# Will my fish live?!



## bmoore09 (Nov 20, 2010)

So, I know i'll probably be flamed for not doing a fishless cycle...but I'm gonna present my issue anyways.

I have a rather new 75 gallon. I needed a place to put some of my friends 10 Zebra Danios, so I figured I would use them to cycle my tank. They've been living just fine for about 3 weeks. Didn't lose any...none even look sick. 

So here's what happened:
I KNOW I want some Roseline sharks in my tank, and the only place that ever has any is an LFS by my house. I've looked around for 20 miles, and they're the only ones that ever carry them.
I was looking around in the store and they said that the Roseline Sharks that they had were the last ones they said they were getting for a long while.
I had to jump on them. I took 3.
I got home and took out all the Zebra Danios (took them back to the store) except 3. And I put in the Roseline Sharks.
So right now I have 3 Roselines and 3 Zebra Danios in a 3-week-old partially-cycled 75g tank. My API test kit is on the way from Amazon so I can carefully monitor the conditions of the tank.

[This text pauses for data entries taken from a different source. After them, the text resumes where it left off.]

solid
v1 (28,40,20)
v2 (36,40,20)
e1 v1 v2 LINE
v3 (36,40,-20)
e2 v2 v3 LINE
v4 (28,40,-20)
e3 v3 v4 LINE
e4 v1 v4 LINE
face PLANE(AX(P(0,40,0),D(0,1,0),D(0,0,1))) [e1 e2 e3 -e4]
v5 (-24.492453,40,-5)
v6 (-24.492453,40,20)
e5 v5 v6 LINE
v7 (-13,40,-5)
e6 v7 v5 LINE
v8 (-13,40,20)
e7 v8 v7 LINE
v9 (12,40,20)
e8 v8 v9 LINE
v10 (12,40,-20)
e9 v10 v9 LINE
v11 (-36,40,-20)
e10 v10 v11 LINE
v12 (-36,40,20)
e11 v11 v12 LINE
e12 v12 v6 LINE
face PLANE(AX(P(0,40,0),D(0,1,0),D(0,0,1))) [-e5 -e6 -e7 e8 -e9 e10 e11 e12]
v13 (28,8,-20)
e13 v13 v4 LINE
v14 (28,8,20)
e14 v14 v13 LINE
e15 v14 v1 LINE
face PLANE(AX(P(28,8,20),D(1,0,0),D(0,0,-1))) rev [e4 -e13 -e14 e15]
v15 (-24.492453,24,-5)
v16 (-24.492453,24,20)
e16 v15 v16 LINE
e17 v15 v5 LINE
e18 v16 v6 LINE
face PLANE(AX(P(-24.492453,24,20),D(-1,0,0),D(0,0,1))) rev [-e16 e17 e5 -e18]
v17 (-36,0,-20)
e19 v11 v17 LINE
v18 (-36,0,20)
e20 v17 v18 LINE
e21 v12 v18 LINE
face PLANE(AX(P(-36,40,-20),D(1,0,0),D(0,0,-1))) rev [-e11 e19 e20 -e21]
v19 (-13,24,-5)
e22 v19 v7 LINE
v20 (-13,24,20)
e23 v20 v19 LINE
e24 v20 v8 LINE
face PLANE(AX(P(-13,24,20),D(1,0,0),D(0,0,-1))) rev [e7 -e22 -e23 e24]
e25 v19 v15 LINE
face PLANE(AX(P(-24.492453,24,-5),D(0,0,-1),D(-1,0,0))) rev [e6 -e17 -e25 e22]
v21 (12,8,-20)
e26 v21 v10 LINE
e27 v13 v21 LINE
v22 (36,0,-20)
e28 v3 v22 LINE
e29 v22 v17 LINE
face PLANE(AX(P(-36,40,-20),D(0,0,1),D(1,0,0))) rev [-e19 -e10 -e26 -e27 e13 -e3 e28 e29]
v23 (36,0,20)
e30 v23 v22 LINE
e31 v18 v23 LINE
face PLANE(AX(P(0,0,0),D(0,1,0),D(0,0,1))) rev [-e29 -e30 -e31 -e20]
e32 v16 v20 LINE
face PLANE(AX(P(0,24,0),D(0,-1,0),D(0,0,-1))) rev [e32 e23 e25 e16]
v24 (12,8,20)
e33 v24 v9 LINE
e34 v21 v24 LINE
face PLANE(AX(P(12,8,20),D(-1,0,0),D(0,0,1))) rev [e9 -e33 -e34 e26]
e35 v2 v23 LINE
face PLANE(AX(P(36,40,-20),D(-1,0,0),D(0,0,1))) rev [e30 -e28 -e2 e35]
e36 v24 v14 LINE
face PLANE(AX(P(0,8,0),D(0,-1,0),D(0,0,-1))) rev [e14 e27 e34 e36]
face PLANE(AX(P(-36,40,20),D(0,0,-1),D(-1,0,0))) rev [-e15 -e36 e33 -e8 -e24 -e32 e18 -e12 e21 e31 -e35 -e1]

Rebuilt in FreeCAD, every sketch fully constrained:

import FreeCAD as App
import Part
import Sketcher

V = App.Vector
Q = App.Units.Quantity

doc = App.newDocument("Part")
body = doc.addObject("PartDesign::Body", "Body")

# Sketch on XZ plane
sketch1 = doc.addObject("Sketcher::SketchObject", "Sketch")
body.addObject(sketch1)
sketch1.AttachmentSupport = (doc.XZ_Plane, [""])
sketch1.MapMode = "FlatFace"
sketch1.addGeometry([
    Part.LineSegment(V(-36, -20, 0), V(-36, 20, 0)),
    Part.LineSegment(V(-36, 20, 0), V(36, 20, 0)),
    Part.LineSegment(V(36, 20, 0), V(36, -20, 0)),
    Part.LineSegment(V(36, -20, 0), V(-36, -20, 0)),
], False)
sketch1.addConstraint([
    Sketcher.Constraint("Coincident", 0, 2, 1, 1),
    Sketcher.Constraint("Coincident", 1, 2, 2, 1),
    Sketcher.Constraint("Coincident", 2, 2, 3, 1),
    Sketcher.Constraint("Coincident", 3, 2, 0, 1),
    Sketcher.Constraint("Vertical", 0),
    Sketcher.Constraint("Horizontal", 1),
    Sketcher.Constraint("Vertical", 2),
    Sketcher.Constraint("Horizontal", 3),
    Sketcher.Constraint("Symmetric", 0, 2, 2, 2, -1, 1),
    Sketcher.Constraint("DistanceX", 1, 1, 1, 2, Q("72 mm")),
    Sketcher.Constraint("DistanceY", 0, 1, 0, 2, Q("40 mm")),
])
pad1 = doc.addObject("PartDesign::Pad", "Pad")
body.addObject(pad1)
pad1.Profile = sketch1
pad1.Length = 40
pad1.Reversed = True

# Sketch on XZ plane
sketch2 = doc.addObject("Sketcher::SketchObject", "Sketch001")
body.addObject(sketch2)
sketch2.AttachmentSupport = (doc.XZ_Plane, [""])
sketch2.MapMode = "FlatFace"
sketch2.AttachmentOffset = App.Placement(V(0, 0, -40), App.Rotation())
sketch2.addGeometry([
    Part.LineSegment(V(12, -20, 0), V(12, 20, 0)),
    Part.LineSegment(V(12, 20, 0), V(28, 20, 0)),
    Part.LineSegment(V(28, 20, 0), V(28, -20, 0)),
    Part.LineSegment(V(28, -20, 0), V(12, -20, 0)),
], False)
sketch2.addConstraint([
    Sketcher.Constraint("Coincident", 0, 2, 1, 1),
    Sketcher.Constraint("Coincident", 1, 2, 2, 1),
    Sketcher.Constraint("Coincident", 2, 2, 3, 1),
    Sketcher.Constraint("Coincident", 3, 2, 0, 1),
    Sketcher.Constraint("Vertical", 0),
    Sketcher.Constraint("Horizontal", 1),
    Sketcher.Constraint("Vertical", 2),
    Sketcher.Constraint("Horizontal", 3),
    Sketcher.Constraint("DistanceX", 1, 1, 1, 2, Q("16 mm")),
    Sketcher.Constraint("DistanceY", 0, 1, 0, 2, Q("40 mm")),
    Sketcher.Constraint("DistanceX", -1, 1, 0, 2, Q("12 mm")),
    Sketcher.Constraint("DistanceY", -1, 1, 0, 2, Q("20 mm")),
])
pocket1 = doc.addObject("PartDesign::Pocket", "Pocket")
body.addObject(pocket1)
pocket1.Profile = sketch2
pocket1.Length = 32
pocket1.Reversed = True

# Sketch on XZ plane
sketch3 = doc.addObject("Sketcher::SketchObject", "Sketch002")
body.addObject(sketch3)
sketch3.AttachmentSupport = (doc.XZ_Plane, [""])
sketch3.MapMode = "FlatFace"
sketch3.AttachmentOffset = App.Placement(V(0, 0, -40), App.Rotation())
sketch3.addGeometry([
    Part.LineSegment(V(-24.492453, -5, 0), V(-24.492453, 20, 0)),
    Part.LineSegment(V(-24.492453, 20, 0), V(-13, 20, 0)),
    Part.LineSegment(V(-13, 20, 0), V(-13, -5, 0)),
    Part.LineSegment(V(-13, -5, 0), V(-24.492453, -5, 0)),
], False)
sketch3.addConstraint([
    Sketcher.Constraint("Coincident", 0, 2, 1, 1),
    Sketcher.Constraint("Coincident", 1, 2, 2, 1),
    Sketcher.Constraint("Coincident", 2, 2, 3, 1),
    Sketcher.Constraint("Coincident", 3, 2, 0, 1),
    Sketcher.Constraint("Vertical", 0),
    Sketcher.Constraint("Horizontal", 1),
    Sketcher.Constraint("Vertical", 2),
    Sketcher.Constraint("Horizontal", 3),
    Sketcher.Constraint("DistanceY", 0, 1, 0, 2, Q("25 mm")),
    Sketcher.Constraint("DistanceY", -1, 1, 0, 2, Q("20 mm")),
    Sketcher.Constraint("DistanceX", 1, 2, -1, 1, Q("13 mm")),
    Sketcher.Constraint("DistanceX", 1, 1, 1, 2, Q("11.492453 mm")),
])
pocket2 = doc.addObject("PartDesign::Pocket", "Pocket001")
body.addObject(pocket2)
pocket2.Profile = sketch3
pocket2.Length = 16
pocket2.Reversed = True

doc.recompute()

So do you think they'll survive? I know I'm playing around with fishy-lives here, but I really wanted them....
When I get my test kit what should I make sure the ammonia levels are under so I know when to do a water change? And should I take out the other 3 zebras?

Any advice would be great.

Thanks!


----------



## meBNme (Oct 7, 2011)

This is my opinion, although there may be some to disagree.

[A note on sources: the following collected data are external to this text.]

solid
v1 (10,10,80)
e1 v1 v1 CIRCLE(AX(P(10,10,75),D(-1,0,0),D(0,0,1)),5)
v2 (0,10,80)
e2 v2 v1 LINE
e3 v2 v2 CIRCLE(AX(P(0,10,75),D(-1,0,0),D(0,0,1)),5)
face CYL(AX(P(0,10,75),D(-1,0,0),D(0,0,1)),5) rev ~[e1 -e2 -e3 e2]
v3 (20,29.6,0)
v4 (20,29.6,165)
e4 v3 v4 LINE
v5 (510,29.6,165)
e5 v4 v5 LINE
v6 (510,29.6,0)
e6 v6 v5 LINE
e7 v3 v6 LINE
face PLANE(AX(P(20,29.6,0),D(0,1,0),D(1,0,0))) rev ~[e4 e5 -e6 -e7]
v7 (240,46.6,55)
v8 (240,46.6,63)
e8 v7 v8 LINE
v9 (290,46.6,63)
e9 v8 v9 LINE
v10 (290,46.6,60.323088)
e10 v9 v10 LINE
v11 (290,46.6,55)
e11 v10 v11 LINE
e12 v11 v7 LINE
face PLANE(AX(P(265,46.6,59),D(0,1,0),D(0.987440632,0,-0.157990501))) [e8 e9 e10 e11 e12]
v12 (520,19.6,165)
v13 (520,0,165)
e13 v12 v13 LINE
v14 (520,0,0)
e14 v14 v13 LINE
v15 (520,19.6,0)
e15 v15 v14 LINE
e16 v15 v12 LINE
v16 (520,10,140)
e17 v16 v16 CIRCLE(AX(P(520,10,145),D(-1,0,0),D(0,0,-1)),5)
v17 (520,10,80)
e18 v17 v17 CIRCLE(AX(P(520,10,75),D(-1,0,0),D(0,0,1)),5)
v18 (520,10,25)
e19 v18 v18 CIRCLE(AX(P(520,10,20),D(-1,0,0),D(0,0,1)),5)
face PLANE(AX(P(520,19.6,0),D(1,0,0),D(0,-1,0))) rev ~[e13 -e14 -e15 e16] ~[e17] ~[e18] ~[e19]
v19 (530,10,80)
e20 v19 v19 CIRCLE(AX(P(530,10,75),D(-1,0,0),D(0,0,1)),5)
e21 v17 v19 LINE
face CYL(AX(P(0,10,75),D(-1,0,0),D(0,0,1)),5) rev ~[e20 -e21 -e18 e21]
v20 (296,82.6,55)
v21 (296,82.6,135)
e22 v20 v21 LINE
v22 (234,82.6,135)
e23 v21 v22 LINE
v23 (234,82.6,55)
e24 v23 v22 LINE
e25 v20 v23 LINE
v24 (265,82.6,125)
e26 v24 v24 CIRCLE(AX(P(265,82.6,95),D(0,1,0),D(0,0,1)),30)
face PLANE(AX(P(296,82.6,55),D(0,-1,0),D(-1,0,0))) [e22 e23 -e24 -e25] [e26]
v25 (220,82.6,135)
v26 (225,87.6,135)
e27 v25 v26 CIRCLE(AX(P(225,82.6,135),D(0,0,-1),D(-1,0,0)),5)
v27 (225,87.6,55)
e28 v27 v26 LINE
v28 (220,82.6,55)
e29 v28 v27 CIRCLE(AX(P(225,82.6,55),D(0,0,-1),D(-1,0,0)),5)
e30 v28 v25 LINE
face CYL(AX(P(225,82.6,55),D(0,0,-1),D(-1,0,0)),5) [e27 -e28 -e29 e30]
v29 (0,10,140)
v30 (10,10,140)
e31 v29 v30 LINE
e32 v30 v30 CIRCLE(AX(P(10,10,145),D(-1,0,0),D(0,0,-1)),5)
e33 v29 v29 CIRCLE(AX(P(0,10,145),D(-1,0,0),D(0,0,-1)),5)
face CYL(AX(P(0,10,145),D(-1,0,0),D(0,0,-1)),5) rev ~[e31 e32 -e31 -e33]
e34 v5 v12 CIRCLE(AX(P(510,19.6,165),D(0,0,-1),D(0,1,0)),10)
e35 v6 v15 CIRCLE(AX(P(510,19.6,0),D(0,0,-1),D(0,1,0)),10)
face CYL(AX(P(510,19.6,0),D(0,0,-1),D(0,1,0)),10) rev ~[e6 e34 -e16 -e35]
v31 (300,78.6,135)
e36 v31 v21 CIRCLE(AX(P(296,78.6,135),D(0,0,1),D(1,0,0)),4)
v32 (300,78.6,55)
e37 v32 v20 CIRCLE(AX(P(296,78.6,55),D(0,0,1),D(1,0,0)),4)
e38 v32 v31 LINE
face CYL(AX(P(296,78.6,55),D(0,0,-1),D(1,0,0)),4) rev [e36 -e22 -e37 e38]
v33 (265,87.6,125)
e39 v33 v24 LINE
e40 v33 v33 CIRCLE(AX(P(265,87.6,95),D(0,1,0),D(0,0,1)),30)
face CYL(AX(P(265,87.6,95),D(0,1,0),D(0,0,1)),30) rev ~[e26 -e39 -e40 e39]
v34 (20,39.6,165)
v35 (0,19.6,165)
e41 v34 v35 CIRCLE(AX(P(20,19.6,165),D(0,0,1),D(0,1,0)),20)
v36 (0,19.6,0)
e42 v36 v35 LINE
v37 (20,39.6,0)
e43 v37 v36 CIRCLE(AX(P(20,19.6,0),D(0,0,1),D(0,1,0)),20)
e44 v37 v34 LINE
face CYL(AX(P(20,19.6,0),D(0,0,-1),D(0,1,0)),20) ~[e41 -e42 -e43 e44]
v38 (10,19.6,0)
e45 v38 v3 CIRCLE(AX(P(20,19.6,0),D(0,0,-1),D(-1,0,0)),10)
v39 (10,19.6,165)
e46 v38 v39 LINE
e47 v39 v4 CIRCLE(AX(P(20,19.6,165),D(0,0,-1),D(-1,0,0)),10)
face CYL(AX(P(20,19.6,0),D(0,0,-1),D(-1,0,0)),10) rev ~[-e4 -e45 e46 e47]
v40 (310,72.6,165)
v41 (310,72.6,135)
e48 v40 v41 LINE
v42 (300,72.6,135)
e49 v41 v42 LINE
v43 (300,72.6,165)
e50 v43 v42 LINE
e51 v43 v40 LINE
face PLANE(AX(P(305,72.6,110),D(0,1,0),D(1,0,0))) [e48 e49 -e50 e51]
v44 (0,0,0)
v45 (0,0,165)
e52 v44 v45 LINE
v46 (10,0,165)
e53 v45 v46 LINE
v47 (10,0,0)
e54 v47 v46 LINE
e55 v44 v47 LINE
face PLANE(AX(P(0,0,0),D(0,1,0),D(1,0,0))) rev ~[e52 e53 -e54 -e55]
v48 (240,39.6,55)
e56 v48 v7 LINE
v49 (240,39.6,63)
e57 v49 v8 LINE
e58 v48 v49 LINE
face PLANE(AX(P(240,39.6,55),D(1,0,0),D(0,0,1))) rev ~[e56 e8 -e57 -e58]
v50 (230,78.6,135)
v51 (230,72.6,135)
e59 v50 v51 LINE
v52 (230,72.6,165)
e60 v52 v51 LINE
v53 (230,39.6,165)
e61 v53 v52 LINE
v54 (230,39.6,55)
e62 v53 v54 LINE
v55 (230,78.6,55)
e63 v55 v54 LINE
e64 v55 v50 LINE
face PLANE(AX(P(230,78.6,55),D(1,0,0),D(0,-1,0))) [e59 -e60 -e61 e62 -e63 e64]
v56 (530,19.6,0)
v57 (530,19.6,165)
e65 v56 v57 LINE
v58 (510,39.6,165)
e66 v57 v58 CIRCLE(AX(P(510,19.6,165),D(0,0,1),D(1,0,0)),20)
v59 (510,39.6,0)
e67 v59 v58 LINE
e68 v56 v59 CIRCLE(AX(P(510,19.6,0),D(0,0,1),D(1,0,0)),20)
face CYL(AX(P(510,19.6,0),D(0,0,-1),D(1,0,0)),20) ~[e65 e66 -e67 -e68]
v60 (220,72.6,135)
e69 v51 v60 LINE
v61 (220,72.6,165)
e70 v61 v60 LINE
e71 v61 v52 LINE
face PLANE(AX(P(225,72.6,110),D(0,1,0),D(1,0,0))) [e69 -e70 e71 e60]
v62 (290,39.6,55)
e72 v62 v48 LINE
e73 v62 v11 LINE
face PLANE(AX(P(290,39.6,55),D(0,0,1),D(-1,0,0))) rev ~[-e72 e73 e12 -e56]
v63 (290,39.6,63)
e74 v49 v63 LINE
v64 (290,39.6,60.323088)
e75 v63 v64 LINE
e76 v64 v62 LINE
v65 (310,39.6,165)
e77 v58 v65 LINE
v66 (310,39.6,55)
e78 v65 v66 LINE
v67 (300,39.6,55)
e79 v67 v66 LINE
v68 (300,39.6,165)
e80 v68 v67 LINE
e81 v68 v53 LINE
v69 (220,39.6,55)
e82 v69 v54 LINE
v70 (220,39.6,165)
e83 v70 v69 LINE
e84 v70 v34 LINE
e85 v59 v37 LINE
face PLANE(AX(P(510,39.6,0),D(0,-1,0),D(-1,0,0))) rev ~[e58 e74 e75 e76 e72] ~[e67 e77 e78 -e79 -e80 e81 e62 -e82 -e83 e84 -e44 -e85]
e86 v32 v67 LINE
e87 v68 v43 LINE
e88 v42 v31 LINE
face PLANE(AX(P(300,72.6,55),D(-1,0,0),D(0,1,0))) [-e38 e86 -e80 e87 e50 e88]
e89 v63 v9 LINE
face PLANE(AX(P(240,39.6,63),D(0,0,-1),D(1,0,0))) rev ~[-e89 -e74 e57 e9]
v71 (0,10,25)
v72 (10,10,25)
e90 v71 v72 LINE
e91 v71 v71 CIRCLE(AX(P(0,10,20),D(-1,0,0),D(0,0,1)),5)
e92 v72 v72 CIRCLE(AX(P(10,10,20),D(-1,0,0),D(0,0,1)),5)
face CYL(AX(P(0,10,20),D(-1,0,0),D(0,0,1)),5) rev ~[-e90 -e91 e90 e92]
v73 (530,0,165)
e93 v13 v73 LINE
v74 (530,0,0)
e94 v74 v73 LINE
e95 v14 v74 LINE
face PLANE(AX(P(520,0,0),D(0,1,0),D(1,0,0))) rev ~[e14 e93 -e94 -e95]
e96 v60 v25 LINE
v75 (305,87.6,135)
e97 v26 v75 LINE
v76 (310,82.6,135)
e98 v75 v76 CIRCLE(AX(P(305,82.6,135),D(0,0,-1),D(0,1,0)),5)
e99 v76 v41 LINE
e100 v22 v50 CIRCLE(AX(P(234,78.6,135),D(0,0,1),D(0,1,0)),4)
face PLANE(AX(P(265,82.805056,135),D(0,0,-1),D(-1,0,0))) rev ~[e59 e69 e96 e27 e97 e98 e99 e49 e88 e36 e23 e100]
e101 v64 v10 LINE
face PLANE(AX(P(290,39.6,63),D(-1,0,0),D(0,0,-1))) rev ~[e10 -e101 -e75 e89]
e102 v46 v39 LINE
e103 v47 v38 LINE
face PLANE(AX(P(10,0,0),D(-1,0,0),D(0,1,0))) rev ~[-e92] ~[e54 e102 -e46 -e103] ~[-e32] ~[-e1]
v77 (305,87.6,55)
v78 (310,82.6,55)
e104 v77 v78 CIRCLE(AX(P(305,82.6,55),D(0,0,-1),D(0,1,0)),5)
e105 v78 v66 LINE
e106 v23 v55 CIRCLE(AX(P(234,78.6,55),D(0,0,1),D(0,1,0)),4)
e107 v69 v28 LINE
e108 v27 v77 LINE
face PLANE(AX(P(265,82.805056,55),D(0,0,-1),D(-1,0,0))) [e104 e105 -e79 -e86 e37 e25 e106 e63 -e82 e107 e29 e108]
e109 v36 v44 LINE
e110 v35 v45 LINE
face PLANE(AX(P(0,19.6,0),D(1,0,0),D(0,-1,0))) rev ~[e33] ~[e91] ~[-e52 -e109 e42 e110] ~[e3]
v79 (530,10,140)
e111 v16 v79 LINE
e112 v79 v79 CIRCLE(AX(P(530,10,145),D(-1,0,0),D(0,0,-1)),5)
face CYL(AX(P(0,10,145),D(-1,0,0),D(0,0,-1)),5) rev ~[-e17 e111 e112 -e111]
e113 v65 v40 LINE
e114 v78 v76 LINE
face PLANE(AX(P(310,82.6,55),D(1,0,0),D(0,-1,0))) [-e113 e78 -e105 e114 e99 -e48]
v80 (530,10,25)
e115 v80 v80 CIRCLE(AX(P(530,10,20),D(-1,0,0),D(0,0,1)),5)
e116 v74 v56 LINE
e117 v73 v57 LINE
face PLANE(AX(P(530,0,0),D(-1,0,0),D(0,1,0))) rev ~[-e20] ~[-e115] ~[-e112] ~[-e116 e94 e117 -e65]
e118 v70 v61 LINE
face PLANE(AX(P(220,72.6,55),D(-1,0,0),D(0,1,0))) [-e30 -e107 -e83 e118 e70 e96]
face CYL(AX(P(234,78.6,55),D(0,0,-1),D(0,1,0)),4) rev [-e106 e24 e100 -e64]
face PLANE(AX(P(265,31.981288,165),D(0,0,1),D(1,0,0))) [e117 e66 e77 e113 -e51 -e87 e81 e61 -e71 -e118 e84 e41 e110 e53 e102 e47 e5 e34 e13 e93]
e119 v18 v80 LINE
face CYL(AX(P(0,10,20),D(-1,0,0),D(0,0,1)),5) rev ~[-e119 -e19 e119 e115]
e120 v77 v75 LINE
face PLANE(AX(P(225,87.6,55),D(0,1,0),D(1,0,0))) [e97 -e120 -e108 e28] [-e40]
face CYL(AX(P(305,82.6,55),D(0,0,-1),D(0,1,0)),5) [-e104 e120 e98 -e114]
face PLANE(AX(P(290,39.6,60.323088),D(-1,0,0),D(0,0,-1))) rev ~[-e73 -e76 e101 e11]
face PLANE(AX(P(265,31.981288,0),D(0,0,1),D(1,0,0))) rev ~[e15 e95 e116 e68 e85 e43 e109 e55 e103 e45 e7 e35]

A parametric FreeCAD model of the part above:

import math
import FreeCAD as App
import Part
import Sketcher


def add_polygon(sketch, points):
    """Adds a closed chain of lines whose ends are joined by coincident constraints."""
    first, n = sketch.GeometryCount, len(points)
    for a, b in zip(points, points[1:] + points[:1]):
        sketch.addGeometry(Part.LineSegment(App.Vector(*a, 0), App.Vector(*b, 0)), False)
    for i in range(n):
        sketch.addConstraint(Sketcher.Constraint("Coincident", first + i, 2, first + (i + 1) % n, 1))

doc = App.newDocument("Part")
params = doc.addObject("Spreadsheet::Sheet", "Params")
for row, (alias, value) in enumerate([
    ("sketch1_radius", "10 mm"),
    ("sketch1_radius2", "20 mm"),
    ("sketch1_width", "490 mm"),
    ("sketch1_height", "19.6 mm"),
    ("pad1_length", "165 mm"),
    ("sketch2_diameter", "10 mm"),
    ("sketch3_width", "10 mm"),
    ("sketch3_height", "110 mm"),
    ("pad2_length", "33 mm"),
    ("sketch4_radius", "4 mm"),
    ("sketch4_radius2", "5 mm"),
    ("sketch4_width", "62 mm"),
    ("sketch4_width2", "10 mm"),
    ("pad3_length", "80 mm"),
    ("sketch5_diameter", "60 mm"),
    ("pocket2_length", "5 mm"),
    ("sketch6_width", "50 mm"),
    ("sketch6_height", "8 mm"),
    ("pad4_length", "7 mm"),
], start=1):
    params.set(f"A{row}", alias)
    params.set(f"B{row}", "=" + value)
    params.setAlias(f"B{row}", alias)

body = doc.addObject("PartDesign::Body", "Body")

I see no reason to take out the other zebras.
At three weeks, you should be already cycling the ammonia into nitrItes, so it likely isnt going to be getting very high.
Still keep a watch on it.
I'd do a PWC if you see ammonia over .5 and nitrites over 1.0, and feed only once every other day.


----------



## KG4mxv (Oct 25, 2011)

I agree meBMme feed every other day and sparingly.
take a water sample to the store and have them test it. 
if you have access to another established tank take some gravel from the old tank and put it in some stocking and put in the new tank.
This will help jump start the new tank. 
I have used an filter cartridge from a smaller tank that is older to jump start the new larger tank and it worked great,


----------



## jrman83 (Jul 9, 2010)

Probably was a good idea to take out some of the bio-load over adding more. The fish can live through it, but you need to stay on top of the conditions. I agree that you probably are at or near the point that ammonia is already getting processed, but the nitrites could be soaring on you in no time....still it should be a fairly light bio-load, so hard to say. If you haven't tested the water since you put fish in, I would do a 50% water change...depending on how long it will be before your test kit arrives. If ammonia or nitrite is above 1 do a water change. If 1 or below, leave it. If fish are showing any signs of distress during any time, perform a water change.


----------



## bmoore09 (Nov 20, 2010)

Thanks for all of the info. SO far so good, and my test kit will be here tomorrow. 
So any ammonia over 1 do a change? or .5?


----------



## jrman83 (Jul 9, 2010)

I go by 1ppm. Others may go by .5ppm. Use 1ppm as your guide and if you see signs of distress, do a water change and lower the threshold.


----------



## holly12 (Apr 21, 2011)

I agree with Ben. If you're really worried, you can do a 25% WC if the ammonia or nitrites are at .50ppm and for readings above that I'd do 50% or so.... and like Ben said, if they are ever showing signs of stress or ammonia/nitrite poisoning, do a large partial WC. 

I would also do about a 50% WC now, like Ben said, since you haven't tested since putting the fish in. 

(Once your cycle is _done_, you will need to either add more zebra danios, or re-home the 3 you have, since they are a schooling fish and need 6+.) You could also add another Rosaline Shark or two if they ever become available, as they are also schooling fish, (3+ for them,) but, they do get to be 6" tops (sometimes just 3-4 inches) so make sure you have the room.


----------



## bmoore09 (Nov 20, 2010)

Thanks for the info all. My testing kit comes in the mail Wednesday. I just did a 25% WC just to be safe until then. So far everything looks good. 
I will be re-housing the Danios as soon as this part of the cycle is done, and be adding some other fish. I don't really plan on getting more Roselines..I think 3 may be enough to school..and i know they get big.

So my tentative plan is:

3 Roselines
7-8 Cories
Maybe 5 Rainbow Fish?
And maybe 2 Angels

I'm not 100% sure the Angels are ok. Not sure if they'll get along with the others.
ANy advice there?
Also, if that is my plan, what fish would you add next to continue the cycle once the ammonia levels have been 0 for a while?

Thanks!


----------



## KG4mxv (Oct 25, 2011)

I have kept angles for years and the only problems you will have is when they spawn.

I tried everything to try to keep them from spawning but like clockwork they would spawn at a drop of a hat.

So I just kept a pice of slate in the tank and a spare pice in a 10 gallon breeder tank. When they spawned I would swap the slate and raise the fry in the 10 gallon.


----------